▸ Listed entries
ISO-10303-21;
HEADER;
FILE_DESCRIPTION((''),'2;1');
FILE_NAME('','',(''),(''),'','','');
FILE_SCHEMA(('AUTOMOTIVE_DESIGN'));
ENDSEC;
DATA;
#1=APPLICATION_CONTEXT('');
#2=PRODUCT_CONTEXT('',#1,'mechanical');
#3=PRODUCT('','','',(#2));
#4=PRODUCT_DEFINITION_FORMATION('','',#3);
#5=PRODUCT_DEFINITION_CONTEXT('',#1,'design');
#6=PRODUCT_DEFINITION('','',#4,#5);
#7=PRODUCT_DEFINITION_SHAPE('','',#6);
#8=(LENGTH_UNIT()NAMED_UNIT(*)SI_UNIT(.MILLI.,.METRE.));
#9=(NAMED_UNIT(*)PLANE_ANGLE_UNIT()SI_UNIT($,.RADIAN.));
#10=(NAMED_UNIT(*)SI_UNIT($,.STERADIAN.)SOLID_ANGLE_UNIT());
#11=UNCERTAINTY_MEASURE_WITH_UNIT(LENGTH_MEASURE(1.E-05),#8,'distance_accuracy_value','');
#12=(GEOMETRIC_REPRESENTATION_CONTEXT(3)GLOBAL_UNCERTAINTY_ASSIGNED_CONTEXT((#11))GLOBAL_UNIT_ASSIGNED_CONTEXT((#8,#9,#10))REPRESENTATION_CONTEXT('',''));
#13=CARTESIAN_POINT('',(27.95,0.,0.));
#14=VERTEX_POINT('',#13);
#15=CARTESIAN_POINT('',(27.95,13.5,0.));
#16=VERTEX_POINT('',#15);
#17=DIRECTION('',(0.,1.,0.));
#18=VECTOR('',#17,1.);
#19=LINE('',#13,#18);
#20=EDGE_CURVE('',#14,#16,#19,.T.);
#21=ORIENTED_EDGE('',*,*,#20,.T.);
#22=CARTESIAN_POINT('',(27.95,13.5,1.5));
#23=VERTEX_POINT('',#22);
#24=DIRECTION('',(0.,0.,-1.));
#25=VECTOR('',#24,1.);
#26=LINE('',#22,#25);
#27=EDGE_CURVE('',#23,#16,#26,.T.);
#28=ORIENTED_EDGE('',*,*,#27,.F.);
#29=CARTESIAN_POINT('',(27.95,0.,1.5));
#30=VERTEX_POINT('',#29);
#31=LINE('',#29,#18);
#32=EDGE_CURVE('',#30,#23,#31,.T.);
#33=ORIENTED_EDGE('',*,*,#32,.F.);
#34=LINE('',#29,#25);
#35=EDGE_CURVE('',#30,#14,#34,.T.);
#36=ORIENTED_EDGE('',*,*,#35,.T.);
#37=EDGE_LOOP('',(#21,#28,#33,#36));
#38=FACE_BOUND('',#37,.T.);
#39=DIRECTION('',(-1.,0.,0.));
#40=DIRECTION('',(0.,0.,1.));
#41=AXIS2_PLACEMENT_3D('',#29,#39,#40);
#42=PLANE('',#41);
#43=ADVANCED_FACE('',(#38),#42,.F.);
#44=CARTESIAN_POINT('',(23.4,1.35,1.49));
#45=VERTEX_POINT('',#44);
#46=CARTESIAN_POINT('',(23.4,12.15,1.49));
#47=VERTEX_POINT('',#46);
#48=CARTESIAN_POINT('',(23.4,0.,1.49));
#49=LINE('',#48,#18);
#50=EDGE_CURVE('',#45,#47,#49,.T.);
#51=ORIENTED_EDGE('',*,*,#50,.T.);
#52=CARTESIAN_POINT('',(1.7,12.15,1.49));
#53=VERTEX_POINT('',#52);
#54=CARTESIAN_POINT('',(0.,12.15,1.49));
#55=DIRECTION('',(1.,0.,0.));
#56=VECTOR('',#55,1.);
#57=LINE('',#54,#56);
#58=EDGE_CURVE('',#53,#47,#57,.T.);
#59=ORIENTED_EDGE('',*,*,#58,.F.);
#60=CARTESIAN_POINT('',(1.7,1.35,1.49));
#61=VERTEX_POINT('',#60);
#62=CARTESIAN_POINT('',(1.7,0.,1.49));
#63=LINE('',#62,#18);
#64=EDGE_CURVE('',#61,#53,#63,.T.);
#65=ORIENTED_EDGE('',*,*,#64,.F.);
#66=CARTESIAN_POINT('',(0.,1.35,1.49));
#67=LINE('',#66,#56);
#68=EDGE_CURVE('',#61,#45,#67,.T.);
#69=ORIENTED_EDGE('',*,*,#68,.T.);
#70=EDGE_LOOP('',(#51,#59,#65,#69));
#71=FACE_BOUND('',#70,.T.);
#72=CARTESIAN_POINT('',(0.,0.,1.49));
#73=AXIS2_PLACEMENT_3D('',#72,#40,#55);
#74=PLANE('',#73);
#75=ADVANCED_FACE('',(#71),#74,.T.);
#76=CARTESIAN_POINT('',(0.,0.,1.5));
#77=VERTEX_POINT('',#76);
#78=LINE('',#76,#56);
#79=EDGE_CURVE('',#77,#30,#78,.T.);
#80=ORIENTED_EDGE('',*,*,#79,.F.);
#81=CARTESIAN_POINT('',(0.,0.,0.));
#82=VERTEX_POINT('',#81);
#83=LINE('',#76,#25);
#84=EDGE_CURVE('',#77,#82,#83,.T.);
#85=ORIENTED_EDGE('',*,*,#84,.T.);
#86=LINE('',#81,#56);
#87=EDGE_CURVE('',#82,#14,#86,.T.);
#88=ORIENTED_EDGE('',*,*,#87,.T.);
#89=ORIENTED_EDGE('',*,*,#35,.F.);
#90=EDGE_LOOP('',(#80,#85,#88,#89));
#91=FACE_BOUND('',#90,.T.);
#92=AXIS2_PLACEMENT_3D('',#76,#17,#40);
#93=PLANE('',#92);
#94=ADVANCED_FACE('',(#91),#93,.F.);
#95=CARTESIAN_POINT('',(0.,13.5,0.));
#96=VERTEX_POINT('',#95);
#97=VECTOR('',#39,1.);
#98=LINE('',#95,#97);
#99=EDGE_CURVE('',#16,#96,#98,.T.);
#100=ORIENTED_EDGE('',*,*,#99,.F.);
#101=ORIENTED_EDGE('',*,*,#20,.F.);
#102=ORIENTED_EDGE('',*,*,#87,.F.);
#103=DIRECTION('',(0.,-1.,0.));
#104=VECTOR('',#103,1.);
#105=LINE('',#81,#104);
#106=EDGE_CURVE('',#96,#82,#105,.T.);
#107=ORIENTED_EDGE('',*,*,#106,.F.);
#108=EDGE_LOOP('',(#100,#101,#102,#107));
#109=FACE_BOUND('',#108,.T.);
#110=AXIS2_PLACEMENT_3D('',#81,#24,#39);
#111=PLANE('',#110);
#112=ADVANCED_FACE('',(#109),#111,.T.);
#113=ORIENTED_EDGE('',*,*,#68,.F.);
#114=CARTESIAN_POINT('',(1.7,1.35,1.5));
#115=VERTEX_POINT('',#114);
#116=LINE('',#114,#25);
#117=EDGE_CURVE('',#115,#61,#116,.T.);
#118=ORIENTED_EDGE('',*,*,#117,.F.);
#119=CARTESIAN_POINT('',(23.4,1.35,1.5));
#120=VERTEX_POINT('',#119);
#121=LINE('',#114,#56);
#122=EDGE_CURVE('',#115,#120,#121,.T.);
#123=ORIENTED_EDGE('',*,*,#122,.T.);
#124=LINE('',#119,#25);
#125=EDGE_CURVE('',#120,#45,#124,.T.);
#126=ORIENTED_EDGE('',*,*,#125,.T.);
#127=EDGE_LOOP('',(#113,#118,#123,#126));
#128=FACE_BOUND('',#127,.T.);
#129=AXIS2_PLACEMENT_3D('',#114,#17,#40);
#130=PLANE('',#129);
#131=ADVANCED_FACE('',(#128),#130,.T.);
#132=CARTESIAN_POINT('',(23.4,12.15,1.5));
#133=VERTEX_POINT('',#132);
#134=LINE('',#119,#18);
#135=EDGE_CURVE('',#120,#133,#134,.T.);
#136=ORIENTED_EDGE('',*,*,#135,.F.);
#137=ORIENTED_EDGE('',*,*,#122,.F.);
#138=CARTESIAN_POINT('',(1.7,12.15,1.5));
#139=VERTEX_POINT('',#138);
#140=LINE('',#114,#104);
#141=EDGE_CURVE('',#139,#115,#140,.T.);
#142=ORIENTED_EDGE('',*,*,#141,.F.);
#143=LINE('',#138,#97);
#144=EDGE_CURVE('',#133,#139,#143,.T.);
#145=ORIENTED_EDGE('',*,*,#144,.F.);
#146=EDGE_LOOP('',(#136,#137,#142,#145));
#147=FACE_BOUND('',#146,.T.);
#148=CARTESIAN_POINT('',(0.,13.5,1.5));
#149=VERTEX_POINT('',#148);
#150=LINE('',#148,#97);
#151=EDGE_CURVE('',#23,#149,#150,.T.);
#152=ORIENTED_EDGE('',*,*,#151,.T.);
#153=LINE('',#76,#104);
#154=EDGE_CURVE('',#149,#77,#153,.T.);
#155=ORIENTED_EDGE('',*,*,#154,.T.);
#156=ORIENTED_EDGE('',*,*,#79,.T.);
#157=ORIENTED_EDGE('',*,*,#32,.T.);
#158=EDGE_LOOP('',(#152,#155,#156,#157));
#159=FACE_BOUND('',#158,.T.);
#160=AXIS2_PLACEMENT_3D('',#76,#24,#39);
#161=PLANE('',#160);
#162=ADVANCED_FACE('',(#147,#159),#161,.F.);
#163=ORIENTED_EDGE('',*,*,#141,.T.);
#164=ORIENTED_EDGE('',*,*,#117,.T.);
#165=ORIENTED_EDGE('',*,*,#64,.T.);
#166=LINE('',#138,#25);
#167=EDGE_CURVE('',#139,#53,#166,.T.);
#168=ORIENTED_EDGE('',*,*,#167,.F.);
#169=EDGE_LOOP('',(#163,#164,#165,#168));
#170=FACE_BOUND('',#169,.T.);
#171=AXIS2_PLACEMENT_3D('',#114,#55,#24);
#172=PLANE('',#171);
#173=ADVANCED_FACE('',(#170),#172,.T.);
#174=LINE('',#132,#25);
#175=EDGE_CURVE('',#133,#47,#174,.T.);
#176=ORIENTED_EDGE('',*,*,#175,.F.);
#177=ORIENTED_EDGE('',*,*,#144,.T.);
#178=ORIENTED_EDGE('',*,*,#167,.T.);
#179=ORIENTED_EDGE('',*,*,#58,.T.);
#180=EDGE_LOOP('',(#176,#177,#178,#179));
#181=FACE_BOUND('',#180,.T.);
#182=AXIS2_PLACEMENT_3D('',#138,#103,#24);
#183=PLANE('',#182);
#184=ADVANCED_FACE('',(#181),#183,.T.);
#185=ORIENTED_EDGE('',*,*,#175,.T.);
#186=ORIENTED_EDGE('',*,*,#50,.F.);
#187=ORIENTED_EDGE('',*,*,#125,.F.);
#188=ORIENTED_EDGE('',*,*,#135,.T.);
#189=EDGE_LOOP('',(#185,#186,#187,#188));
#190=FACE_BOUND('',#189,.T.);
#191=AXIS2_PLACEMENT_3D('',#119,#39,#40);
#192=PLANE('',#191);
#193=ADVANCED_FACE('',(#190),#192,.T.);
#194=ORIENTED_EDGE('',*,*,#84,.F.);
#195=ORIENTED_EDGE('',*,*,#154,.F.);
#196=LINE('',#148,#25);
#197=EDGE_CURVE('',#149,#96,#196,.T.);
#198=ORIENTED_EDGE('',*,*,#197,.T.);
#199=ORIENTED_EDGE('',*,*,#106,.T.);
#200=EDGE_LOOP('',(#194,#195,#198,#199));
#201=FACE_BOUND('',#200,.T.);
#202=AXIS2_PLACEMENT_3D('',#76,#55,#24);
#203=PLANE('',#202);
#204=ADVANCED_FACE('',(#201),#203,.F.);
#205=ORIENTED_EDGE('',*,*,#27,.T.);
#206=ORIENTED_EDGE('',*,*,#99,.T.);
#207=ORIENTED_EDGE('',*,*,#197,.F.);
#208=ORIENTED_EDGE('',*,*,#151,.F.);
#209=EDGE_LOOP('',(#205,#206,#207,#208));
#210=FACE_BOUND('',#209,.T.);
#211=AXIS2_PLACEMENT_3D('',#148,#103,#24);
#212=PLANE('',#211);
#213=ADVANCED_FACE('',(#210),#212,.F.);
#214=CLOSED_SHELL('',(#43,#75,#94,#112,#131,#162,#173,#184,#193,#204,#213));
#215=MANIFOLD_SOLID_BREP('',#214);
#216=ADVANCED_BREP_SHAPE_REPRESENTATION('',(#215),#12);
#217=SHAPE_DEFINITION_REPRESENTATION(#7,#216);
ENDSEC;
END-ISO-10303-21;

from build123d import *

# Parameters (mm, degrees)
SKETCH_1_W      = 27.95
SKETCH_1_H      = 13.5
SKETCH_1_W_2    = 21.7
SKETCH_1_H_2    = 10.8
EXTRUDE_1_DEPTH = 1.5
SKETCH_1_2_W    = 21.7
SKETCH_1_2_H    = 10.8
EXTRUDE_2_DEPTH = 1.49


with BuildPart() as part:
    # 草图1 → 凸台-拉伸1 (new body)
    with BuildSketch(Plane.XY):
        with Locations((13.975, 6.75)):
            Rectangle(SKETCH_1_W, SKETCH_1_H)
        with Locations((12.55, 6.75)):
            Rectangle(SKETCH_1_W_2, SKETCH_1_H_2, mode=Mode.SUBTRACT)
    extrude(amount=EXTRUDE_1_DEPTH)

    # 草图1<2> → 凸台-拉伸2 (add)
    with BuildSketch(Plane.XY):
        with Locations((12.55, 6.75)):
            Rectangle(SKETCH_1_2_W, SKETCH_1_2_H)
    extrude(amount=EXTRUDE_2_DEPTH)


solid = part.part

▸ Task directions
Starting from the top of the records and ending at the line that contains "#9=(NAMED_UNIT(*)PLANE_ANGLE_UNIT()SI_UNIT($,.RADIAN.));", repeat each line exactly and return only those lines.

▸ Reply to the task
ISO-10303-21;
HEADER;
FILE_DESCRIPTION((''),'2;1');
FILE_NAME('','',(''),(''),'','','');
FILE_SCHEMA(('AUTOMOTIVE_DESIGN'));
ENDSEC;
DATA;
#1=APPLICATION_CONTEXT('');
#2=PRODUCT_CONTEXT('',#1,'mechanical');
#3=PRODUCT('','','',(#2));
#4=PRODUCT_DEFINITION_FORMATION('','',#3);
#5=PRODUCT_DEFINITION_CONTEXT('',#1,'design');
#6=PRODUCT_DEFINITION('','',#4,#5);
#7=PRODUCT_DEFINITION_SHAPE('','',#6);
#8=(LENGTH_UNIT()NAMED_UNIT(*)SI_UNIT(.MILLI.,.METRE.));
#9=(NAMED_UNIT(*)PLANE_ANGLE_UNIT()SI_UNIT($,.RADIAN.));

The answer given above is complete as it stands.